• **ENTRIES SHOWN**
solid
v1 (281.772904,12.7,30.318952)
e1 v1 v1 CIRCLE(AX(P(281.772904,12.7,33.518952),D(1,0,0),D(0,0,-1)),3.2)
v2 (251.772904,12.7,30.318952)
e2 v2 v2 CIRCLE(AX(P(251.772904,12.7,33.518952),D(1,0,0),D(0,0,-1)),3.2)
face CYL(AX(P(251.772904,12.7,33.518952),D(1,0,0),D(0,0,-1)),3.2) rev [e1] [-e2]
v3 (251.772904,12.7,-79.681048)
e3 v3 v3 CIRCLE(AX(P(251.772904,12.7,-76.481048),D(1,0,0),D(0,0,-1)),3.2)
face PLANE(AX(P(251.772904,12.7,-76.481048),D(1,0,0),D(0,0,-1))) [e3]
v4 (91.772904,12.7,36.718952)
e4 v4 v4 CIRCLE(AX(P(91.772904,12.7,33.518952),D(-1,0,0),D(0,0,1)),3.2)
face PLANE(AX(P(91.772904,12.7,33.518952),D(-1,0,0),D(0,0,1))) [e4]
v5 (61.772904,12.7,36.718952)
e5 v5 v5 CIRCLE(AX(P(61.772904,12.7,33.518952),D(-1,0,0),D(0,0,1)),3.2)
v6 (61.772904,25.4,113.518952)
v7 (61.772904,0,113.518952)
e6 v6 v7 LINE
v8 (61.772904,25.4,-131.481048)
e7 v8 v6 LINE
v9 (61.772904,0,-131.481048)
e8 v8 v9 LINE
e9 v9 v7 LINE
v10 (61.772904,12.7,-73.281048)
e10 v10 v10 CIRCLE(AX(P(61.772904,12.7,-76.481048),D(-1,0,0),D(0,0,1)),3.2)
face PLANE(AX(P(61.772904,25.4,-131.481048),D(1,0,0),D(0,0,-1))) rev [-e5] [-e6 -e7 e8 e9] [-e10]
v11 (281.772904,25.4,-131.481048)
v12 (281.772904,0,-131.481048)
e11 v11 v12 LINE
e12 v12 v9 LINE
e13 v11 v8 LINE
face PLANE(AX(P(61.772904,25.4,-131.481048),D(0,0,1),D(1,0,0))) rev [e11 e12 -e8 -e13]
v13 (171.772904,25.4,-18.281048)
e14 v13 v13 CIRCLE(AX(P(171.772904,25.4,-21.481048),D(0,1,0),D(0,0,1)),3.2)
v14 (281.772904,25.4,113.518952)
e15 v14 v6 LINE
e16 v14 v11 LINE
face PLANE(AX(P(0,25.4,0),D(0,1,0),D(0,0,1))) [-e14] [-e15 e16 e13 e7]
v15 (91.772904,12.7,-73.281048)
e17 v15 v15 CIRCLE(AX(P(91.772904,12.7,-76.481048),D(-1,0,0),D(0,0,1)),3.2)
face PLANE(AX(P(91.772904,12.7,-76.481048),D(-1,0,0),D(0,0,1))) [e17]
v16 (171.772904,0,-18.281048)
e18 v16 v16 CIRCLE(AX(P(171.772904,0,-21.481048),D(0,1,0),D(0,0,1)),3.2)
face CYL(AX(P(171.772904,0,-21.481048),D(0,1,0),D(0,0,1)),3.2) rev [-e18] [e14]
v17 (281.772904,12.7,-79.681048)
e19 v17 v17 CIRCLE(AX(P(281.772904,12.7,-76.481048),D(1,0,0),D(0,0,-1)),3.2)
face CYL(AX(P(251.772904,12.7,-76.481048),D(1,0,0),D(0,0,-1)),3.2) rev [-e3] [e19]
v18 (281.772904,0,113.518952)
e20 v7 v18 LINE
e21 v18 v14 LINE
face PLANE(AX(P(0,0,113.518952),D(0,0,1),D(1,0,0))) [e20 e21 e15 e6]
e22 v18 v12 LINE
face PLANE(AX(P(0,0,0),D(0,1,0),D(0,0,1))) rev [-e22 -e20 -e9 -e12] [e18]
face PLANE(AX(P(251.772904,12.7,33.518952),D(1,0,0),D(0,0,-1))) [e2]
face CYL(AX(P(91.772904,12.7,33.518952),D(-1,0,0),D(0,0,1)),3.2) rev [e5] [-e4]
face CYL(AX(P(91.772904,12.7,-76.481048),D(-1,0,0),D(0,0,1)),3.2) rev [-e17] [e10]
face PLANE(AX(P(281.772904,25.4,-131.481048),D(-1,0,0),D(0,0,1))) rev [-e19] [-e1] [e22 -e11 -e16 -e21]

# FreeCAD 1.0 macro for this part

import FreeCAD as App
import Part
import Sketcher
from FreeCAD import Vector
Q = App.Units.Quantity


def add_polygon(sketch, points):
    """Adds a closed chain of lines whose ends are joined by coincident constraints."""
    first, n = sketch.GeometryCount, len(points)
    for a, b in zip(points, points[1:] + points[:1]):
        sketch.addGeometry(Part.LineSegment(App.Vector(*a, 0), App.Vector(*b, 0)), False)
    for i in range(n):
        sketch.addConstraint(Sketcher.Constraint("Coincident", first + i, 2, first + (i + 1) % n, 1))

doc = App.newDocument("Part")
body = doc.addObject("PartDesign::Body", "Body")

# Sketch on XZ plane
sketch1 = body.newObject("Sketcher::SketchObject", "Sketch")
sketch1.AttachmentSupport = (doc.getObject("XZ_Plane"), [""])
sketch1.MapMode = "FlatFace"
add_polygon(sketch1, [(61.772904, -131.481048), (61.772904, 88.518952), (281.772904, 88.518952), (281.772904, -131.481048)])  # lines 0-3
sketch1.addConstraint(Sketcher.Constraint("Vertical", 0))
sketch1.addConstraint(Sketcher.Constraint("Horizontal", 1))
sketch1.addConstraint(Sketcher.Constraint("Vertical", 2))
sketch1.addConstraint(Sketcher.Constraint("Horizontal", 3))
sketch1.addConstraint(Sketcher.Constraint("Equal", 3, 0))
sketch1.addConstraint(Sketcher.Constraint("DistanceX", 1, 1, 1, 2, Q("220 mm")))
sketch1.addConstraint(Sketcher.Constraint("DistanceX", -1, 1, 0, 2, Q("61.772904 mm")))
sketch1.addConstraint(Sketcher.Constraint("DistanceY", -1, 1, 0, 2, Q("88.518952 mm")))
pad1 = body.newObject("PartDesign::Pad", "Pad")
pad1.Profile = sketch1
pad1.Length = 25.4
pad1.Reversed = True

# Sketch on XZ plane
sketch2 = body.newObject("Sketcher::SketchObject", "Sketch001")
sketch2.AttachmentSupport = (doc.getObject("XZ_Plane"), [""])
sketch2.MapMode = "FlatFace"
sketch2.AttachmentOffset = App.Placement(Vector(0, 0, -25.4), App.Rotation())
sketch2.addGeometry(Part.Circle(Vector(171.772904, -21.481048, 0), Vector(0, 0, 1), 3.2), False)
sketch2.addConstraint(Sketcher.Constraint("Diameter", 0, Q("6.4 mm")))
sketch2.addConstraint(Sketcher.Constraint("DistanceX", -1, 1, 0, 3, Q("171.772904 mm")))
sketch2.addConstraint(Sketcher.Constraint("DistanceY", 0, 3, -1, 1, Q("21.481048 mm")))
pocket1 = body.newObject("PartDesign::Pocket", "Pocket")
pocket1.Profile = sketch2
pocket1.Length = 25.4
pocket1.Reversed = True

# Sketch on YZ plane
sketch3 = body.newObject("Sketcher::SketchObject", "Sketch002")
sketch3.AttachmentSupport = (doc.getObject("YZ_Plane"), [""])
sketch3.MapMode = "FlatFace"
sketch3.AttachmentOffset = App.Placement(Vector(0, 0, 61.772904), App.Rotation())
sketch3.addGeometry(Part.Circle(Vector(12.7, -76.481048, 0), Vector(0, 0, 1), 3.2), False)
sketch3.addGeometry(Part.Circle(Vector(12.7, 33.518952, 0), Vector(0, 0, 1), 3.2), False)
sketch3.addConstraint(Sketcher.Constraint("Equal", 0, 1))
sketch3.addConstraint(Sketcher.Constraint("Vertical", 0, 3, 1, 3))
sketch3.addConstraint(Sketcher.Constraint("Diameter", 0, Q("6.4 mm")))
sketch3.addConstraint(Sketcher.Constraint("DistanceY", 0, 3, 1, 3, Q("110 mm")))
sketch3.addConstraint(Sketcher.Constraint("DistanceX", -1, 1, 0, 3, Q("12.7 mm")))
sketch3.addConstraint(Sketcher.Constraint("DistanceY", 0, 3, -1, 1, Q("76.481048 mm")))
pocket2 = body.newObject("PartDesign::Pocket", "Pocket001")
pocket2.Profile = sketch3
pocket2.Length = 30
pocket2.Reversed = True

# Sketch on YZ plane
sketch4 = body.newObject("Sketcher::SketchObject", "Sketch003")
sketch4.AttachmentSupport = (doc.getObject("YZ_Plane"), [""])
sketch4.MapMode = "FlatFace"
sketch4.AttachmentOffset = App.Placement(Vector(0, 0, 251.772904), App.Rotation())
sketch4.addGeometry(Part.Circle(Vector(12.7, 33.518952, 0), Vector(0, 0, 1), 3.2), False)
sketch4.addGeometry(Part.Circle(Vector(12.7, -76.481048, 0), Vector(0, 0, 1), 3.2), False)
sketch4.addConstraint(Sketcher.Constraint("Equal", 0, 1))
sketch4.addConstraint(Sketcher.Constraint("Vertical", 0, 3, 1, 3))
sketch4.addConstraint(Sketcher.Constraint("Diameter", 0, Q("6.4 mm")))
sketch4.addConstraint(Sketcher.Constraint("DistanceY", 1, 3, 0, 3, Q("110 mm")))
sketch4.addConstraint(Sketcher.Constraint("DistanceX", -1, 1, 0, 3, Q("12.7 mm")))
sketch4.addConstraint(Sketcher.Constraint("DistanceY", -1, 1, 0, 3, Q("33.518952 mm")))
pocket3 = body.newObject("PartDesign::Pocket", "Pocket002")
pocket3.Profile = sketch4
pocket3.Length = 30
pocket3.Reversed = True

# Sketch on XY plane
sketch5 = body.newObject("Sketcher::SketchObject", "Sketch004")
sketch5.AttachmentSupport = (doc.getObject("XY_Plane"), [""])
sketch5.MapMode = "FlatFace"
sketch5.AttachmentOffset = App.Placement(Vector(0, 0, 88.518952), App.Rotation())
add_polygon(sketch5, [(61.772904, 25.4), (61.772904, 0), (281.772904, 0), (281.772904, 25.4)])  # lines 0-3
sketch5.addConstraint(Sketcher.Constraint("Vertical", 0))
sketch5.addConstraint(Sketcher.Constraint("Horizontal", 1))
sketch5.addConstraint(Sketcher.Constraint("Vertical", 2))
sketch5.addConstraint(Sketcher.Constraint("Horizontal", 3))
sketch5.addConstraint(Sketcher.Constraint("PointOnObject", 0, 2, -1))
sketch5.addConstraint(Sketcher.Constraint("DistanceX", 1, 1, 1, 2, Q("220 mm")))
sketch5.addConstraint(Sketcher.Constraint("DistanceY", 0, 2, 0, 1, Q("25.4 mm")))
sketch5.addConstraint(Sketcher.Constraint("DistanceX", -1, 1, 0, 2, Q("61.772904 mm")))
pad2 = body.newObject("PartDesign::Pad", "Pad001")
pad2.Profile = sketch5
pad2.Length = 25

doc.recompute()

• **WHAT IS REQUIRED**
The required answer is the run of lines above, starting at the line with "e9 v9 v7 LINE" and ending at the line with "v13 (171.772904,25.4,-18.281048)", reproduced exactly with both ends.

• **RESPONSE TO THE TASK**
e9 v9 v7 LINE
v10 (61.772904,12.7,-73.281048)
e10 v10 v10 CIRCLE(AX(P(61.772904,12.7,-76.481048),D(-1,0,0),D(0,0,1)),3.2)
face PLANE(AX(P(61.772904,25.4,-131.481048),D(1,0,0),D(0,0,-1))) rev [-e5] [-e6 -e7 e8 e9] [-e10]
v11 (281.772904,25.4,-131.481048)
v12 (281.772904,0,-131.481048)
e11 v11 v12 LINE
e12 v12 v9 LINE
e13 v11 v8 LINE
face PLANE(AX(P(61.772904,25.4,-131.481048),D(0,0,1),D(1,0,0))) rev [e11 e12 -e8 -e13]
v13 (171.772904,25.4,-18.281048)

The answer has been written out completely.